What the task requires >> Wherever the line with "#76=VECTOR('',#40,1.);" sits in the listing below, transcribe from it up to and including the line with "#121=ORIENTED_EDGE('',*,*,#120,.T.);", exactly, and leave the remaining lines out.

Supplied data >>
####################
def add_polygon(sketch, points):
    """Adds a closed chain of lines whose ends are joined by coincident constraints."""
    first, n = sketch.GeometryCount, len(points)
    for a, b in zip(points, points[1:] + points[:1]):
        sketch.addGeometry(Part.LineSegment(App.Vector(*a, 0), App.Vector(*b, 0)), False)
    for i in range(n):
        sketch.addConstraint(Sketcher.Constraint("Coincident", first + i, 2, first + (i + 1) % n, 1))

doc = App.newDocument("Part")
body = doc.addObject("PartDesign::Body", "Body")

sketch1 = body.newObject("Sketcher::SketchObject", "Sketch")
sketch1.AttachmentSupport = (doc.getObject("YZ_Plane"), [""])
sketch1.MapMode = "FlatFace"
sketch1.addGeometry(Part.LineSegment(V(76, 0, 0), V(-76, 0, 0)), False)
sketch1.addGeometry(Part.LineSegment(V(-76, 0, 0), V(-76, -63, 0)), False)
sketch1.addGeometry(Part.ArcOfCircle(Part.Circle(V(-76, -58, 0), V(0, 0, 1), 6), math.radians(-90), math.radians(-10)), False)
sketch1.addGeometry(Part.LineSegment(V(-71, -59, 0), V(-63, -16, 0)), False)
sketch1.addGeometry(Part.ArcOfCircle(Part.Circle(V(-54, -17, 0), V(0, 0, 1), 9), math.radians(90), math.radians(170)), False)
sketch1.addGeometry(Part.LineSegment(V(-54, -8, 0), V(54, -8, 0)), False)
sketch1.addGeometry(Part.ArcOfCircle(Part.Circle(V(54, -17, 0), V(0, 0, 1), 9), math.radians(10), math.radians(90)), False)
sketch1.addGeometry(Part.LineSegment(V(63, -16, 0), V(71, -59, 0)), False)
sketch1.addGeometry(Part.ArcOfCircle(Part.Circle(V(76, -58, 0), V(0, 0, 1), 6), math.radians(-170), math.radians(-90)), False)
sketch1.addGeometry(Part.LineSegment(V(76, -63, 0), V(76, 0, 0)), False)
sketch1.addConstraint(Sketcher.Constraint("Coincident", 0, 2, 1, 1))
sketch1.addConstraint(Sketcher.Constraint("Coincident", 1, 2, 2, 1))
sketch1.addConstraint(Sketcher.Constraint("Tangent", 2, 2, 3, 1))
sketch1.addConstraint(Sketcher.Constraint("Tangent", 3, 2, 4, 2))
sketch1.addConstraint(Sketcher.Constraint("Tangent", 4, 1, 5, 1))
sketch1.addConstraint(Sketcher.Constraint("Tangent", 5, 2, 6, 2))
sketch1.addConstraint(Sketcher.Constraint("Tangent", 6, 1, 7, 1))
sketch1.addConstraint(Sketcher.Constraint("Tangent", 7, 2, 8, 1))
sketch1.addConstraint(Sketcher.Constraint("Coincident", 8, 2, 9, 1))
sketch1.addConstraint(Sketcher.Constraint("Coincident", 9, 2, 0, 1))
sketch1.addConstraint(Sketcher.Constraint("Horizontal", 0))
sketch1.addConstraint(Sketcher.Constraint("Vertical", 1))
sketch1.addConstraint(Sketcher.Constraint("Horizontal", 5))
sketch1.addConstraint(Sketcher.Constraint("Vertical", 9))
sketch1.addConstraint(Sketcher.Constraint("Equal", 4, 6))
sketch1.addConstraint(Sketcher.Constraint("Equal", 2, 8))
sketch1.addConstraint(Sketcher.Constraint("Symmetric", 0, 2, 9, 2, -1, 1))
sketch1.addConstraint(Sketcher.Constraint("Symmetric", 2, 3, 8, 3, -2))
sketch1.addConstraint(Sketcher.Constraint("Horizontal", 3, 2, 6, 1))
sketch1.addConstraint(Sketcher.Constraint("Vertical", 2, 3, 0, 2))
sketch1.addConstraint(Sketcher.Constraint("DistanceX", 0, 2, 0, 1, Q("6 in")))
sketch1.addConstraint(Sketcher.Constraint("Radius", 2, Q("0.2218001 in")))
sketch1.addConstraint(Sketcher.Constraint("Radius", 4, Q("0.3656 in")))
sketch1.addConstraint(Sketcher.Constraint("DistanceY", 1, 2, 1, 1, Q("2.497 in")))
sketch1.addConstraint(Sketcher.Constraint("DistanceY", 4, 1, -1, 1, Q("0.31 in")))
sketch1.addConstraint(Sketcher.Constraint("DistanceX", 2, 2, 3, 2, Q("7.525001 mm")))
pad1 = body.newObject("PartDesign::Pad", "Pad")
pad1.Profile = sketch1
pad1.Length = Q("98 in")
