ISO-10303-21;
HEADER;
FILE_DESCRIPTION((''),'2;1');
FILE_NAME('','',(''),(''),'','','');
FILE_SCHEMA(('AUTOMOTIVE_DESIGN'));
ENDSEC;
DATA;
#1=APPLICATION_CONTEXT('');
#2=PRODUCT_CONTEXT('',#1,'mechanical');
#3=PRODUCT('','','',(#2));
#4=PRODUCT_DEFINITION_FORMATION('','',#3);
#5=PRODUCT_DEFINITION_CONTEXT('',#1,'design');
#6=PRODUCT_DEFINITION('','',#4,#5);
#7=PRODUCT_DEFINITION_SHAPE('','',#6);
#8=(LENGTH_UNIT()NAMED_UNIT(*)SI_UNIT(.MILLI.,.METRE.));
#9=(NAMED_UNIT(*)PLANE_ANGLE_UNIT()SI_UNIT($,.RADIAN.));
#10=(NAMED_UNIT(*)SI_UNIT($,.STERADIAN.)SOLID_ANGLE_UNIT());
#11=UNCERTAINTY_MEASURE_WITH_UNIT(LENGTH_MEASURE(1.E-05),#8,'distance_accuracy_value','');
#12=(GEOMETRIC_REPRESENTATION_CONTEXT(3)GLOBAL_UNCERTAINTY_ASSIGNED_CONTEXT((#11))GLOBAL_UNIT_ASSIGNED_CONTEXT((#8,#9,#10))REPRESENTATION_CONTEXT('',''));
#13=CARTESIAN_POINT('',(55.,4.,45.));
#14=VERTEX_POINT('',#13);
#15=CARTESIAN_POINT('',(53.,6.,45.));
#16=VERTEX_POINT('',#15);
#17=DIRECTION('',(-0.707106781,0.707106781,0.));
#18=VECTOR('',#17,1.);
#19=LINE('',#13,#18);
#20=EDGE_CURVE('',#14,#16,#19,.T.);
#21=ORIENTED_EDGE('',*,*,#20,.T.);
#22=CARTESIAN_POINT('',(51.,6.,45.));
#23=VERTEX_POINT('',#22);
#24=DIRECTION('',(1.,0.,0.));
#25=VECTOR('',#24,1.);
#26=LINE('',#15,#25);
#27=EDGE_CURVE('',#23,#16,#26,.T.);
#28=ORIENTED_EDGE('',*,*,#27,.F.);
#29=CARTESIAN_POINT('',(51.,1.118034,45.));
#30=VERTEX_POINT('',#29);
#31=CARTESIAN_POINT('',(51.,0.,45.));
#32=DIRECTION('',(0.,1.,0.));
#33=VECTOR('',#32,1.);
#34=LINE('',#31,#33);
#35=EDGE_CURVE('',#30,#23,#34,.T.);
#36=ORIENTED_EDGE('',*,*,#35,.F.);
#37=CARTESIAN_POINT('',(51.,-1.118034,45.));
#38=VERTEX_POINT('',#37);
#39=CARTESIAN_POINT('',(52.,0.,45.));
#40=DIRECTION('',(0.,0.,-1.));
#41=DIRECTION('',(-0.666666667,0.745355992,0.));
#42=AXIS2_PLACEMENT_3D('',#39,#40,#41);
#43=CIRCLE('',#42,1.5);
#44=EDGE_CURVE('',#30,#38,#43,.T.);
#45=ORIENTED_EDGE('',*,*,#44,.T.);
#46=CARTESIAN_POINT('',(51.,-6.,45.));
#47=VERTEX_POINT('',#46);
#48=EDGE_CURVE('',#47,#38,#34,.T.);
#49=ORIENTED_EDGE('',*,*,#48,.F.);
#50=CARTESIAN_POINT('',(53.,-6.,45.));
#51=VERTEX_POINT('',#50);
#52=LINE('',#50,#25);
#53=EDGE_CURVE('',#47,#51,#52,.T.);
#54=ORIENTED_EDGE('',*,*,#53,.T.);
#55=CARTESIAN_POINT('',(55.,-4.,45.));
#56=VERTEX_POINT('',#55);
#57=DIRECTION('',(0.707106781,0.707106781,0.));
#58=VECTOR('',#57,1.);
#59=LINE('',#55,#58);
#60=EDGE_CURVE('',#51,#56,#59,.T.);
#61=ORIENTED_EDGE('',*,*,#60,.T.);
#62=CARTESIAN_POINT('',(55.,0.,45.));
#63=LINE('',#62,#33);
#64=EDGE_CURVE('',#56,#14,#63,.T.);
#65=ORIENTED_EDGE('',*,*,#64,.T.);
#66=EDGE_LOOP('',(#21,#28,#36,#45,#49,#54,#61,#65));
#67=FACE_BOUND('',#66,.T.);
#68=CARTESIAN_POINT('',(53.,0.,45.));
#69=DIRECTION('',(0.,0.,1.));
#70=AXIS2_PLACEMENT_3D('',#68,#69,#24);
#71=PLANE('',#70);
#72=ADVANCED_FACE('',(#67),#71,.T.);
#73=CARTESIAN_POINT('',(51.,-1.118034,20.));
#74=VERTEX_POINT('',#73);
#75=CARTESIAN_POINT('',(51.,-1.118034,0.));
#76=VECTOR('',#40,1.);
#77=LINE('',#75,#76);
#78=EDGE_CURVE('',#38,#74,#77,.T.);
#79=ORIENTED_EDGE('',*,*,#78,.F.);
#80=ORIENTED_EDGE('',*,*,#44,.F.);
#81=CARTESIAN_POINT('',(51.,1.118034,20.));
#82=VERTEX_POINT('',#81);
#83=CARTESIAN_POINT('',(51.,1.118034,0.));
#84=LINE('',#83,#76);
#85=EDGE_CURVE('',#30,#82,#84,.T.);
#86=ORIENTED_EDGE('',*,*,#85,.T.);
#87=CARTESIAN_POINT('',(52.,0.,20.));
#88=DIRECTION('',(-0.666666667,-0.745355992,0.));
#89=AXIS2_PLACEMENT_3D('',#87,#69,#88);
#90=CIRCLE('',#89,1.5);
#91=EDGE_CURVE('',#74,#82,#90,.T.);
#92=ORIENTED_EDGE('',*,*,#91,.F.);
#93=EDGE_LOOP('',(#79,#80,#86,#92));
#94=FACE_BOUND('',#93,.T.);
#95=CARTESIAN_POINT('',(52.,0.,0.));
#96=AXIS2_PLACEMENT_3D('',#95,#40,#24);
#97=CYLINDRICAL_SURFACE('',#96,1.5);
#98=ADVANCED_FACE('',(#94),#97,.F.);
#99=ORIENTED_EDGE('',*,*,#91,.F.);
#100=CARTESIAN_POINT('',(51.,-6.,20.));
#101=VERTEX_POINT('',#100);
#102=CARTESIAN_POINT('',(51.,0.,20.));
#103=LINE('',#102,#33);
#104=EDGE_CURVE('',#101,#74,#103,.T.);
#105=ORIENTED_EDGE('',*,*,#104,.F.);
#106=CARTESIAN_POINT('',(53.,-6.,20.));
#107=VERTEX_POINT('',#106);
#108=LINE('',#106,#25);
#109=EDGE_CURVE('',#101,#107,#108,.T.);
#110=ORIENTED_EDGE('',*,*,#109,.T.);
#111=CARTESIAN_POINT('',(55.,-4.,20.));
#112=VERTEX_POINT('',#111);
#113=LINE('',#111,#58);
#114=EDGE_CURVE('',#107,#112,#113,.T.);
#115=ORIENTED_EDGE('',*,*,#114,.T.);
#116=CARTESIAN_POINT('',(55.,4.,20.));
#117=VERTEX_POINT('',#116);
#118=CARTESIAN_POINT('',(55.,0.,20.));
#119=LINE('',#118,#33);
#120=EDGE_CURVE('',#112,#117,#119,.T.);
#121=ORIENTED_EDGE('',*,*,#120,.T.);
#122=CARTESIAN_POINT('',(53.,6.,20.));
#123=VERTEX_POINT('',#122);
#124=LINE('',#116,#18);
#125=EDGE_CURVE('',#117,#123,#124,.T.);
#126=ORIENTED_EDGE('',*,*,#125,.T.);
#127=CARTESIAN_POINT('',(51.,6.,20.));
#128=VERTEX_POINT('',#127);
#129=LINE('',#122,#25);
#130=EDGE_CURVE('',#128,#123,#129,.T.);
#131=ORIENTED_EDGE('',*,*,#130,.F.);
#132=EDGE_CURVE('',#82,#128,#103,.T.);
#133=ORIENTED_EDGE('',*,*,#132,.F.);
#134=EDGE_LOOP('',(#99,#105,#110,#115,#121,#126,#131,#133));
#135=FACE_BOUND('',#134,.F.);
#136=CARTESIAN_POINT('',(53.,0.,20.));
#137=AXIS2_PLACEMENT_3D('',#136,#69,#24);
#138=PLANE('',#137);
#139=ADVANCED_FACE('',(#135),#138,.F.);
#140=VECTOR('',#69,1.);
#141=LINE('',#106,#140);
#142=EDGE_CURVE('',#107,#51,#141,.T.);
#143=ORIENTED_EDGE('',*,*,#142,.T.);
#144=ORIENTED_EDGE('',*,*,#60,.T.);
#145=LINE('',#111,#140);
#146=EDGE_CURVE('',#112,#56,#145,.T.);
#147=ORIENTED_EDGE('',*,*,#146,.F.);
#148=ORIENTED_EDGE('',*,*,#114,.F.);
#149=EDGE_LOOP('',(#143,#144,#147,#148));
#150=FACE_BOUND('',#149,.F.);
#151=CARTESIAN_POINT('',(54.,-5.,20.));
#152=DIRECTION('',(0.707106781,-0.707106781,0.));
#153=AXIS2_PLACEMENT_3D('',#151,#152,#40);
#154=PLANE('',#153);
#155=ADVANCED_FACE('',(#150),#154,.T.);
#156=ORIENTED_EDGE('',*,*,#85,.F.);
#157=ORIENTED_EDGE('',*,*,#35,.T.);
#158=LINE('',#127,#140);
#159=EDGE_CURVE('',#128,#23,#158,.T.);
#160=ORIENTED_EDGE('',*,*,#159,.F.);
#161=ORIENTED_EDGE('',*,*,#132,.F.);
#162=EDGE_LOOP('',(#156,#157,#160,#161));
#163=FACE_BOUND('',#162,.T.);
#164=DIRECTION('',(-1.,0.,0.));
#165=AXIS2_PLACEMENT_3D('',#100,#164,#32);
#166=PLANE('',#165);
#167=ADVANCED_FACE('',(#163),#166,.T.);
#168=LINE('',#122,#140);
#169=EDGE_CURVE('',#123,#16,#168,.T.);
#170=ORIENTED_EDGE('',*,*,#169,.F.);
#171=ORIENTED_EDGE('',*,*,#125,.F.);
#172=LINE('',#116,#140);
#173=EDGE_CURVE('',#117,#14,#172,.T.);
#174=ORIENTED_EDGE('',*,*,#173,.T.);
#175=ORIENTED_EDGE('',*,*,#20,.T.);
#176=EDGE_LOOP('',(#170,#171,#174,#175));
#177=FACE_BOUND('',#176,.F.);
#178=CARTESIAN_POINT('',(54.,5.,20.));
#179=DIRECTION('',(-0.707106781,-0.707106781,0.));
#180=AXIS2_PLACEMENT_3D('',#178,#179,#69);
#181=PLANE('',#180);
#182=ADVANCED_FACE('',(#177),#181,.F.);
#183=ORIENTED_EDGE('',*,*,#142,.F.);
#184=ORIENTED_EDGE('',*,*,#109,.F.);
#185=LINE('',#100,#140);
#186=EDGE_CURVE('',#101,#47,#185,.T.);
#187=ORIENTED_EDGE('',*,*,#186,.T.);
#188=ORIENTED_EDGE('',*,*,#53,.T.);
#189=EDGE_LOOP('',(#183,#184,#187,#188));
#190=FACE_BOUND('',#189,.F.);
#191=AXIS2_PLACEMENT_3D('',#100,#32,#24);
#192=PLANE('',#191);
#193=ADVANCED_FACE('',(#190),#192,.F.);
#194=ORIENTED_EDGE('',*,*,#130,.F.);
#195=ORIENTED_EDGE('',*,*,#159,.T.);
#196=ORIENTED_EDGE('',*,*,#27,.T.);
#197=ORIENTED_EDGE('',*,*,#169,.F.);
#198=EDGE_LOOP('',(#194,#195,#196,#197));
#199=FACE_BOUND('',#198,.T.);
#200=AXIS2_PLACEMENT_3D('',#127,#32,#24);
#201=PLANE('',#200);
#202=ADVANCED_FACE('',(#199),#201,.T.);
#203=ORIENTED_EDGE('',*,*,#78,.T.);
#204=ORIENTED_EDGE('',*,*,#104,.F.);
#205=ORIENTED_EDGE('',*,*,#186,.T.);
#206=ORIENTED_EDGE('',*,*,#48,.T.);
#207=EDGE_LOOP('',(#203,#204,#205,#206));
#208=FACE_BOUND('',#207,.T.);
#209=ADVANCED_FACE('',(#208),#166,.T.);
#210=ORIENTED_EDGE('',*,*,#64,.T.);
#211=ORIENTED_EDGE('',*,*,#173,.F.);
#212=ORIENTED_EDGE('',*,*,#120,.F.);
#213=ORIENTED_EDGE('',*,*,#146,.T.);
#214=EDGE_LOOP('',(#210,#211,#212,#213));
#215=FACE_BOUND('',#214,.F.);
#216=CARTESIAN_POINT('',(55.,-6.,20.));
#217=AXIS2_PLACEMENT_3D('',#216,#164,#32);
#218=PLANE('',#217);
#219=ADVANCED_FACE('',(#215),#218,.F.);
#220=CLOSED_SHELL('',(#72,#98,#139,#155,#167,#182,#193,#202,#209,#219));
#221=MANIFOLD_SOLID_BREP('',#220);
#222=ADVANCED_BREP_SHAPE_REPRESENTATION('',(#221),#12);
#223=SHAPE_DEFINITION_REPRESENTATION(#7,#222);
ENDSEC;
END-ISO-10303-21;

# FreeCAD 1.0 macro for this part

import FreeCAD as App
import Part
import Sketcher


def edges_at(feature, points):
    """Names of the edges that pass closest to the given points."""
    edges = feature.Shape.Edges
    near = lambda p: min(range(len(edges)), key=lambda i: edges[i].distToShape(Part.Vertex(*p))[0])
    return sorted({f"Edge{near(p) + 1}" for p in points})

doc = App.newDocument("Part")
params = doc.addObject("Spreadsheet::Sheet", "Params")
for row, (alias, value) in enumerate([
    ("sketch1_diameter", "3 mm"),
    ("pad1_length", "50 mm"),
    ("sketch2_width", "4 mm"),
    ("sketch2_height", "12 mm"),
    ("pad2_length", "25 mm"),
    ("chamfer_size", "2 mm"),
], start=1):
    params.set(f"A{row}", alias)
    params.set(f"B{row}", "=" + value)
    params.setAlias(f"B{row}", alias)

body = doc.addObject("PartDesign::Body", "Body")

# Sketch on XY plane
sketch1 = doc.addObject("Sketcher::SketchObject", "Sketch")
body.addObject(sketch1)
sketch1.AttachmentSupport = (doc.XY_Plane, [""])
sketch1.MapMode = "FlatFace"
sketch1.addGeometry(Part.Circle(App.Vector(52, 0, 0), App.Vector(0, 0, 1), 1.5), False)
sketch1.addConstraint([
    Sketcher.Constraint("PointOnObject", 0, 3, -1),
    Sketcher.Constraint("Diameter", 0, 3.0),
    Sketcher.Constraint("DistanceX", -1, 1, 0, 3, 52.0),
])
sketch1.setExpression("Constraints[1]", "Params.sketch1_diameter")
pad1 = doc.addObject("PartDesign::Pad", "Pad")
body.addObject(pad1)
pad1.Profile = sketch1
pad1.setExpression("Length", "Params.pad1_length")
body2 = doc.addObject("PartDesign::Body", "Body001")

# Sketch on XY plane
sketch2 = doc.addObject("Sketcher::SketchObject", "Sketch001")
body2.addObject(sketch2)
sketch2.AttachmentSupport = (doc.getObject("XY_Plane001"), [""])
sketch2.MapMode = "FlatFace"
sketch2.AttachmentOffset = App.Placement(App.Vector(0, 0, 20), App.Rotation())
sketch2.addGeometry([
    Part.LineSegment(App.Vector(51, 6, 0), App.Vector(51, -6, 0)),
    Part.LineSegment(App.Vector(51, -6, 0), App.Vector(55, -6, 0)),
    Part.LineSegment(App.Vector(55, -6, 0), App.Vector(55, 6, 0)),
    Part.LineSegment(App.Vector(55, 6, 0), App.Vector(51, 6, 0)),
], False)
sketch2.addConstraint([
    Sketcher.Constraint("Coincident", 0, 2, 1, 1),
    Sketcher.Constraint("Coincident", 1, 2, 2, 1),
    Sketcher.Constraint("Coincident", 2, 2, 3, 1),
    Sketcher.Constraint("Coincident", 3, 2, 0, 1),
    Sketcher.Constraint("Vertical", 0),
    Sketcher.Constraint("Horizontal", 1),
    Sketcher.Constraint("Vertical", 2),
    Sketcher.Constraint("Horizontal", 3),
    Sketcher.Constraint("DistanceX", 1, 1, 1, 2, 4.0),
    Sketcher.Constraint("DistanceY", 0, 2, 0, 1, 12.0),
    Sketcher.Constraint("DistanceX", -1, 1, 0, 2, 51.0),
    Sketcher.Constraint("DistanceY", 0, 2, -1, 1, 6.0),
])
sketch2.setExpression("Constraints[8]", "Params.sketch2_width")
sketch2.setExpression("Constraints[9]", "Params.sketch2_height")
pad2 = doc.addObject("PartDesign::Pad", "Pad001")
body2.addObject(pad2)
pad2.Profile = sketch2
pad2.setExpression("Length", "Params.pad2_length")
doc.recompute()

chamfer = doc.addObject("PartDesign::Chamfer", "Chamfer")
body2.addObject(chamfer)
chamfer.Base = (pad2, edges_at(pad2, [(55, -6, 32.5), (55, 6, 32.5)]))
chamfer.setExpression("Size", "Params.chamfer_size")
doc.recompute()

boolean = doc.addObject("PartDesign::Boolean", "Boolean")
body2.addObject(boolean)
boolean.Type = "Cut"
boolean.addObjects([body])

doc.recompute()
####################
Answer to this task >>
#76=VECTOR('',#40,1.);
#77=LINE('',#75,#76);
#78=EDGE_CURVE('',#38,#74,#77,.T.);
#79=ORIENTED_EDGE('',*,*,#78,.F.);
#80=ORIENTED_EDGE('',*,*,#44,.F.);
#81=CARTESIAN_POINT('',(51.,1.118034,20.));
#82=VERTEX_POINT('',#81);
#83=CARTESIAN_POINT('',(51.,1.118034,0.));
#84=LINE('',#83,#76);
#85=EDGE_CURVE('',#30,#82,#84,.T.);
#86=ORIENTED_EDGE('',*,*,#85,.T.);
#87=CARTESIAN_POINT('',(52.,0.,20.));
#88=DIRECTION('',(-0.666666667,-0.745355992,0.));
#89=AXIS2_PLACEMENT_3D('',#87,#69,#88);
#90=CIRCLE('',#89,1.5);
#91=EDGE_CURVE('',#74,#82,#90,.T.);
#92=ORIENTED_EDGE('',*,*,#91,.F.);
#93=EDGE_LOOP('',(#79,#80,#86,#92));
#94=FACE_BOUND('',#93,.T.);
#95=CARTESIAN_POINT('',(52.,0.,0.));
#96=AXIS2_PLACEMENT_3D('',#95,#40,#24);
#97=CYLINDRICAL_SURFACE('',#96,1.5);
#98=ADVANCED_FACE('',(#94),#97,.F.);
#99=ORIENTED_EDGE('',*,*,#91,.F.);
#100=CARTESIAN_POINT('',(51.,-6.,20.));
#101=VERTEX_POINT('',#100);
#102=CARTESIAN_POINT('',(51.,0.,20.));
#103=LINE('',#102,#33);
#104=EDGE_CURVE('',#101,#74,#103,.T.);
#105=ORIENTED_EDGE('',*,*,#104,.F.);
#106=CARTESIAN_POINT('',(53.,-6.,20.));
#107=VERTEX_POINT('',#106);
#108=LINE('',#106,#25);
#109=EDGE_CURVE('',#101,#107,#108,.T.);
#110=ORIENTED_EDGE('',*,*,#109,.T.);
#111=CARTESIAN_POINT('',(55.,-4.,20.));
#112=VERTEX_POINT('',#111);
#113=LINE('',#111,#58);
#114=EDGE_CURVE('',#107,#112,#113,.T.);
#115=ORIENTED_EDGE('',*,*,#114,.T.);
#116=CARTESIAN_POINT('',(55.,4.,20.));
#117=VERTEX_POINT('',#116);
#118=CARTESIAN_POINT('',(55.,0.,20.));
#119=LINE('',#118,#33);
#120=EDGE_CURVE('',#112,#117,#119,.T.);
#121=ORIENTED_EDGE('',*,*,#120,.T.);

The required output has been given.